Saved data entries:
⟨

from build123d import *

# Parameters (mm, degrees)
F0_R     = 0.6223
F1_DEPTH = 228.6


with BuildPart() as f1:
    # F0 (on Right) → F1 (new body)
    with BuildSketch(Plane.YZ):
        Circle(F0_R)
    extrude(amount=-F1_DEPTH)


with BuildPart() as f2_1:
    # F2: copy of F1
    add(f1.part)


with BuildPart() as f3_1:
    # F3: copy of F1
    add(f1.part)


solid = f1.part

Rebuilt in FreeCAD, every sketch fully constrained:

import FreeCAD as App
import Part
import Sketcher

V = App.Vector
Q = App.Units.Quantity

doc = App.newDocument("Part")
body = doc.addObject("PartDesign::Body", "Body")

sketch1 = body.newObject("Sketcher::SketchObject", "Sketch")
sketch1.AttachmentSupport = (doc.getObject("YZ_Plane"), [""])
sketch1.MapMode = "FlatFace"
sketch1.addGeometry(Part.Circle(V(0, 0, 0), V(0, 0, 1), 0.6), False)
sketch1.addConstraint([
    Sketcher.Constraint("Coincident", 0, 3, -1, 1),
    Sketcher.Constraint("Diameter", 0, Q("0.049 in")),
])
pad1 = body.newObject("PartDesign::Pad", "Pad")
pad1.Profile = sketch1
pad1.Length = Q("9 in")
pad1.Reversed = True
body2 = doc.addObject("PartDesign::Body", "Body001")
doc.recompute()

body2.BaseFeature = body
doc.recompute()
body3 = doc.addObject("PartDesign::Body", "Body002")
doc.recompute()

body3.BaseFeature = body
doc.recompute()
body.Visibility = False
body2.Visibility = False

doc.recompute()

⟩

What is required: The answer is the line with "# Parameters (mm, degrees)" plus every line after it to the last line of the entries above, copied exactly and with no other lines.

Solution to the exercise:
# Parameters (mm, degrees)
F0_R     = 0.6223
F1_DEPTH = 228.6


with BuildPart() as f1:
    # F0 (on Right) → F1 (new body)
    with BuildSketch(Plane.YZ):
        Circle(F0_R)
    extrude(amount=-F1_DEPTH)


with BuildPart() as f2_1:
    # F2: copy of F1
    add(f1.part)


with BuildPart() as f3_1:
    # F3: copy of F1
    add(f1.part)


solid = f1.part

Rebuilt in FreeCAD, every sketch fully constrained:

import FreeCAD as App
import Part
import Sketcher

V = App.Vector
Q = App.Units.Quantity

doc = App.newDocument("Part")
body = doc.addObject("PartDesign::Body", "Body")

sketch1 = body.newObject("Sketcher::SketchObject", "Sketch")
sketch1.AttachmentSupport = (doc.getObject("YZ_Plane"), [""])
sketch1.MapMode = "FlatFace"
sketch1.addGeometry(Part.Circle(V(0, 0, 0), V(0, 0, 1), 0.6), False)
sketch1.addConstraint([
    Sketcher.Constraint("Coincident", 0, 3, -1, 1),
    Sketcher.Constraint("Diameter", 0, Q("0.049 in")),
])
pad1 = body.newObject("PartDesign::Pad", "Pad")
pad1.Profile = sketch1
pad1.Length = Q("9 in")
pad1.Reversed = True
body2 = doc.addObject("PartDesign::Body", "Body001")
doc.recompute()

body2.BaseFeature = body
doc.recompute()
body3 = doc.addObject("PartDesign::Body", "Body002")
doc.recompute()

body3.BaseFeature = body
doc.recompute()
body.Visibility = False
body2.Visibility = False

doc.recompute()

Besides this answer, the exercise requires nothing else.